Suppose a server X was the leader, and subsequently a new leader was elected
without X's knowledge. X does not learn of the new election unless it attempts
a write. Until then, the read side may not detect the situation either since
EnsureRecovery may return true (the bucket being read has the same elect_id as
X.elect_id. Thus reads may return stale value. What we have here is
"sequential consistency at the bucket level". which technically is cache
consistency.

Separately, because the consistency claims are at a key/bucket level, and
since there is no claim to global ordering (between different keys), a
comparison to Zookeeper is not quite fair. Bizur cannot be used as a
coordination service because it isn't sequentially consistent overall.

------
tzury
Bizur in Hebrew mean distributing. I see all four authors[1] are Israelites,
then, I guess, this is where the name comes from

[1]: Ezra N. Hoch, Yaniv Ben-Yehuda, Noam Lewis, Avi Vigder

------
rystsov
What do you call by "queue depth". Is it the number of concurrent clients?

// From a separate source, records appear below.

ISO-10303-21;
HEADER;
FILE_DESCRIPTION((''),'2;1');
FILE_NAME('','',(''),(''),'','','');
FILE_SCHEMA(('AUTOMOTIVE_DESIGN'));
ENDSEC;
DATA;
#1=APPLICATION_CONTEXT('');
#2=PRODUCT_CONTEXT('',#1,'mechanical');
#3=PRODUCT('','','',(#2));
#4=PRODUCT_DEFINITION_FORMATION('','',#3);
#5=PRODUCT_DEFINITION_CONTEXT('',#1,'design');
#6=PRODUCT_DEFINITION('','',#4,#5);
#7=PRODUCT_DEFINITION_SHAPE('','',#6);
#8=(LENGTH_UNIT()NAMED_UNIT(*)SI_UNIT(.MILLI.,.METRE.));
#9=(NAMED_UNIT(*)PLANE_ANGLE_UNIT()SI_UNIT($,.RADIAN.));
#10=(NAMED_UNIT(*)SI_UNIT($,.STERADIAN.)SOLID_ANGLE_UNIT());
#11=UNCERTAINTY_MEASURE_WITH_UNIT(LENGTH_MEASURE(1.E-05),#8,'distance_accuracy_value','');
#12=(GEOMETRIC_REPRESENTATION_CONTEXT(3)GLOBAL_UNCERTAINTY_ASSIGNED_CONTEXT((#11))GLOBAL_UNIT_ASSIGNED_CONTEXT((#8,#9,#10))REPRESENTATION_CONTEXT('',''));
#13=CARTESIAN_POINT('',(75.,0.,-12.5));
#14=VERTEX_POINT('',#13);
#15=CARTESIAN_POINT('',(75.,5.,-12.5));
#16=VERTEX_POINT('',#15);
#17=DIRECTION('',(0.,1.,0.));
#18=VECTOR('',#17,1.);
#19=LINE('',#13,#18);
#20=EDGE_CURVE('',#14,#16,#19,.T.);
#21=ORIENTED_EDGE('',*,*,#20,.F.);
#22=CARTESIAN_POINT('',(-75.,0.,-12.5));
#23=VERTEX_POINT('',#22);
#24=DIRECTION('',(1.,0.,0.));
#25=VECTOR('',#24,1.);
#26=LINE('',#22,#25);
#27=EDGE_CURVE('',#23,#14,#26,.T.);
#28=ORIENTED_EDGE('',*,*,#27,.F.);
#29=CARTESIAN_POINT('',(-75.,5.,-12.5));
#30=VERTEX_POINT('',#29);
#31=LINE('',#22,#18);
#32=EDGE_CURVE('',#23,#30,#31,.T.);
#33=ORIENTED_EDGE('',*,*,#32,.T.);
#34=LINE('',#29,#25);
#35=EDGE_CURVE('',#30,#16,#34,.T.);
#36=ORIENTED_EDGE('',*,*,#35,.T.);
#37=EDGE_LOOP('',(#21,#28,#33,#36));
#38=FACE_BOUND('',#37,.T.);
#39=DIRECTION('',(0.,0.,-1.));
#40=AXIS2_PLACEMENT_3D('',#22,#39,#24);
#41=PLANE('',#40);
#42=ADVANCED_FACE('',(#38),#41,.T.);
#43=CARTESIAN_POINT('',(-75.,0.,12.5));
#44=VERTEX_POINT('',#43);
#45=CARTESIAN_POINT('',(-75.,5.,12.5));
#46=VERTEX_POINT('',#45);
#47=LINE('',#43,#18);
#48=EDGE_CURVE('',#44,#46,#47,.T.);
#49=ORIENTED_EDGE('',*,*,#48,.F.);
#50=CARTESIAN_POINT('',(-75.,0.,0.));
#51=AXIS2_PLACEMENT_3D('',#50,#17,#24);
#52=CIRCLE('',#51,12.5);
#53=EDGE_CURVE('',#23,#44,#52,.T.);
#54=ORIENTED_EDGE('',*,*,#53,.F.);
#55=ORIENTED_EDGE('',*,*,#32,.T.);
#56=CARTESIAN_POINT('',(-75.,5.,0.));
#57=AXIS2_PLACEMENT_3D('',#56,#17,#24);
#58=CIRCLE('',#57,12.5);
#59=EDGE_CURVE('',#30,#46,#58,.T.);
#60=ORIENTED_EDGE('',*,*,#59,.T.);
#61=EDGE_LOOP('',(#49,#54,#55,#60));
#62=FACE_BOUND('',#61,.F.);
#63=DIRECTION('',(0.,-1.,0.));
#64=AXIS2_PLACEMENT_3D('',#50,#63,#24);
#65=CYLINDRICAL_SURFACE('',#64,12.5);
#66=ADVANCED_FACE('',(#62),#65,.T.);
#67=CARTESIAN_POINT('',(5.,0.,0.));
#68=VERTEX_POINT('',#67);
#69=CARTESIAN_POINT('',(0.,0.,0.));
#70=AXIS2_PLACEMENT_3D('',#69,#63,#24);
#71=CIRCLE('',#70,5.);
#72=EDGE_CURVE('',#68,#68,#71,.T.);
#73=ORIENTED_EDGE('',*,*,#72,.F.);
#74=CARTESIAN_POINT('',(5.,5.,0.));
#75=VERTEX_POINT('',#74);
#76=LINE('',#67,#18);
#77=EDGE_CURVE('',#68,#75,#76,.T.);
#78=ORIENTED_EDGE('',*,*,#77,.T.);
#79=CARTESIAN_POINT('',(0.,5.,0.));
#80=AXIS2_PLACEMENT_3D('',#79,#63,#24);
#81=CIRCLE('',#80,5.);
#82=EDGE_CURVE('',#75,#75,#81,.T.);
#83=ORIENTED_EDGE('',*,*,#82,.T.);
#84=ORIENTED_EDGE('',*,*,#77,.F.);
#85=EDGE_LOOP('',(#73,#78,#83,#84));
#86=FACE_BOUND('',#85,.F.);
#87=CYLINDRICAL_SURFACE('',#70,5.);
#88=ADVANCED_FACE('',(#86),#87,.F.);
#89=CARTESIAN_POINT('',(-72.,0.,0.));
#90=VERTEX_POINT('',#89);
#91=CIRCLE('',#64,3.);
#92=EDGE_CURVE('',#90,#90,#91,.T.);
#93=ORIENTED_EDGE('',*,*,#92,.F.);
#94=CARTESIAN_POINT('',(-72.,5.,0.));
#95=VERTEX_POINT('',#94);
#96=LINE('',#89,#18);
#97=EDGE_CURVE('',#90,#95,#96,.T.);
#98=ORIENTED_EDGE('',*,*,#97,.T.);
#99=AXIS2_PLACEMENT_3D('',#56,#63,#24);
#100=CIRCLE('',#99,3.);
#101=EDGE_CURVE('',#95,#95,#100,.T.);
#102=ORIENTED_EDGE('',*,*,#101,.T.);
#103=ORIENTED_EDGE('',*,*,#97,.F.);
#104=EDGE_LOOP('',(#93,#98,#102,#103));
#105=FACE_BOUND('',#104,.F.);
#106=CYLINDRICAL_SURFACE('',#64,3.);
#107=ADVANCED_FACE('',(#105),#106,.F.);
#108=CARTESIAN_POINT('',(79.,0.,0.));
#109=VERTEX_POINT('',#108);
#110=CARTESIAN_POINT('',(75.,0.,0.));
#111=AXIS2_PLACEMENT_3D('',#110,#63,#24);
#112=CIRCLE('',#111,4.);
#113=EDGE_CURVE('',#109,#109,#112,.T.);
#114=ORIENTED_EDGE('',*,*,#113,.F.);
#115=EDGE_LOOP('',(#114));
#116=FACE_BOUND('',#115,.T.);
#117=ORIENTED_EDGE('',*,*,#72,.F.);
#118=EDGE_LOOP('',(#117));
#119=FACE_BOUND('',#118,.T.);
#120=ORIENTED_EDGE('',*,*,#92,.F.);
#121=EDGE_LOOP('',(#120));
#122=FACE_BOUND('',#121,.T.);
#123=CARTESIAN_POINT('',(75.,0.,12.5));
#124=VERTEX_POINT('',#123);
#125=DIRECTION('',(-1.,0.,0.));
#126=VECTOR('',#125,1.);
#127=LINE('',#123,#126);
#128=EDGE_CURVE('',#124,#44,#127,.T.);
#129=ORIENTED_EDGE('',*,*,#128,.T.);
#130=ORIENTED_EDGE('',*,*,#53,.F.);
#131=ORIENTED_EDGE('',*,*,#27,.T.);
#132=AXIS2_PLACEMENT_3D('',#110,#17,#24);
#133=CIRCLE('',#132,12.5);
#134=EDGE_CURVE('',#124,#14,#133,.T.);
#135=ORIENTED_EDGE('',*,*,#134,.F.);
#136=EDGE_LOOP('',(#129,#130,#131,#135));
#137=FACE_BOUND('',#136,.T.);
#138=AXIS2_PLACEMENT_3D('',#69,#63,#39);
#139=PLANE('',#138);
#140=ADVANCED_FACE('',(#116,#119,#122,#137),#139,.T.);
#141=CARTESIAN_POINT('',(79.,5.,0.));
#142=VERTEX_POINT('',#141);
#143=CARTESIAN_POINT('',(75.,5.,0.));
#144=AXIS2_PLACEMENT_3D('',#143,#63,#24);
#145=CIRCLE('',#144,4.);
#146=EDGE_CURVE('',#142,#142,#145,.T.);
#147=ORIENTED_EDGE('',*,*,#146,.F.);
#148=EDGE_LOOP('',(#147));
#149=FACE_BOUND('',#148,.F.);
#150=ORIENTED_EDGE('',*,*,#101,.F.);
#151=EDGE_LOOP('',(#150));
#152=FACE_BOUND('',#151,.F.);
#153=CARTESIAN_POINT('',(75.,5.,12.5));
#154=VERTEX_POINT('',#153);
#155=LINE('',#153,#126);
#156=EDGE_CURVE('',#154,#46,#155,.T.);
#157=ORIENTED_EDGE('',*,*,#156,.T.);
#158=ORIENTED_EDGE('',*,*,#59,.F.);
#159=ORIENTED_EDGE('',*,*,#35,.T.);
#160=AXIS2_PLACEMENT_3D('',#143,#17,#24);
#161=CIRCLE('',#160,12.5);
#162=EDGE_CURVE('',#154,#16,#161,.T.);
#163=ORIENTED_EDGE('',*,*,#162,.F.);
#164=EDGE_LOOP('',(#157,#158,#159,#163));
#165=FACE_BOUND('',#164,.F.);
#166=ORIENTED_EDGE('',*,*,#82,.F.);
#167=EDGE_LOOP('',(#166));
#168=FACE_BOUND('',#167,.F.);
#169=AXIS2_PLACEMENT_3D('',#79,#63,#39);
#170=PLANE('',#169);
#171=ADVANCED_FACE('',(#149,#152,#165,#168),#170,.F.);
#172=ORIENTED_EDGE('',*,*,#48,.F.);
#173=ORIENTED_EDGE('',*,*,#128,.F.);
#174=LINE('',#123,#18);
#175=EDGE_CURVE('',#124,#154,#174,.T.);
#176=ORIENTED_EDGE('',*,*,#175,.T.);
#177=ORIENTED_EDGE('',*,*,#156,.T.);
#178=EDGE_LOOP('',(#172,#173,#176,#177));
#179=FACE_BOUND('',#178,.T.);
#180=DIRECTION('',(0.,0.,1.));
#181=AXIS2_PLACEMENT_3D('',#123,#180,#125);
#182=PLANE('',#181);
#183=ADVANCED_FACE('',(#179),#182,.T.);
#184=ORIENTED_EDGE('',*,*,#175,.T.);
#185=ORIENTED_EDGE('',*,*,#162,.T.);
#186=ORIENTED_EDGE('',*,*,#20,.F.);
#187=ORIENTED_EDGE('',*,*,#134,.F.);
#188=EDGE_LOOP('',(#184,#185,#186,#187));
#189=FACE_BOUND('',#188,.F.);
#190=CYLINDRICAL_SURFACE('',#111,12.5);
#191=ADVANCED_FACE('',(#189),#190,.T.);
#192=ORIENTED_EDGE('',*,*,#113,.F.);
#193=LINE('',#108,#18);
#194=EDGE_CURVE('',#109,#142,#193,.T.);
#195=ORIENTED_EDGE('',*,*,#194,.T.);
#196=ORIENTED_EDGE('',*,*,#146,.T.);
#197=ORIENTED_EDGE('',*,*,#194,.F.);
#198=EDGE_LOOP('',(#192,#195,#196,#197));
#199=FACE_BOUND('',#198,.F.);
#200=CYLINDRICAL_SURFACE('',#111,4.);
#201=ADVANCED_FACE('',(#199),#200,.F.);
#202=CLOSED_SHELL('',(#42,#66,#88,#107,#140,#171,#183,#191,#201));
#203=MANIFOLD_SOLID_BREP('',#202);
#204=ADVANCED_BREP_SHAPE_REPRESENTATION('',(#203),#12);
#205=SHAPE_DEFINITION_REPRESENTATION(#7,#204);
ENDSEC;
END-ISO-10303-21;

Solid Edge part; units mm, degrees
sketch "Sketch1" plane through (0, 0, 0) normal (0, -1, 0) x (1, 0, 0)
  line L0 (75, 12.5) -> (-75, 12.5)
  line L1 (-75, -12.5) -> (75, -12.5)
  arc A0 (-75, -12.5) -> (-75, 12.5) centre (-75, 0) cw
  arc A1 (75, 12.5) -> (75, -12.5) centre (75, 0) cw
  circle A2 centre (-75, 0) radius 3
  circle A3 centre (75, 0) radius 4
  circle A4 centre (0, 0) radius 5
extrude "ExtrudedProtrusion_2" add sketch "Sketch1" against normal blind 5
properties material "Polycarbonate( 20-40% Glass Fiber)"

If it's true then it looks very suspicious that avg. latency decreases as the
number of concurrent clients goes up. How do you measure avg. latency?

Let me illustrate what the avg. latency usually means.

Imagine that we have two concurrent users: Alice and Bob. During the testing
lasting one second, Alice managed to send 3 requests per second, the first
request took 0.5 seconds while the rest were executed in a quarter of a second
each. In the same time, Bob did only 2 requests, each of them took 0.5
seconds.

So the average latency is the sum of execution time taken by each request
divided by the number of all requests, in our case it's
(0.5+0.25+0.25+0.5+0.5) / 5 = 0.4

Did you use the same definition?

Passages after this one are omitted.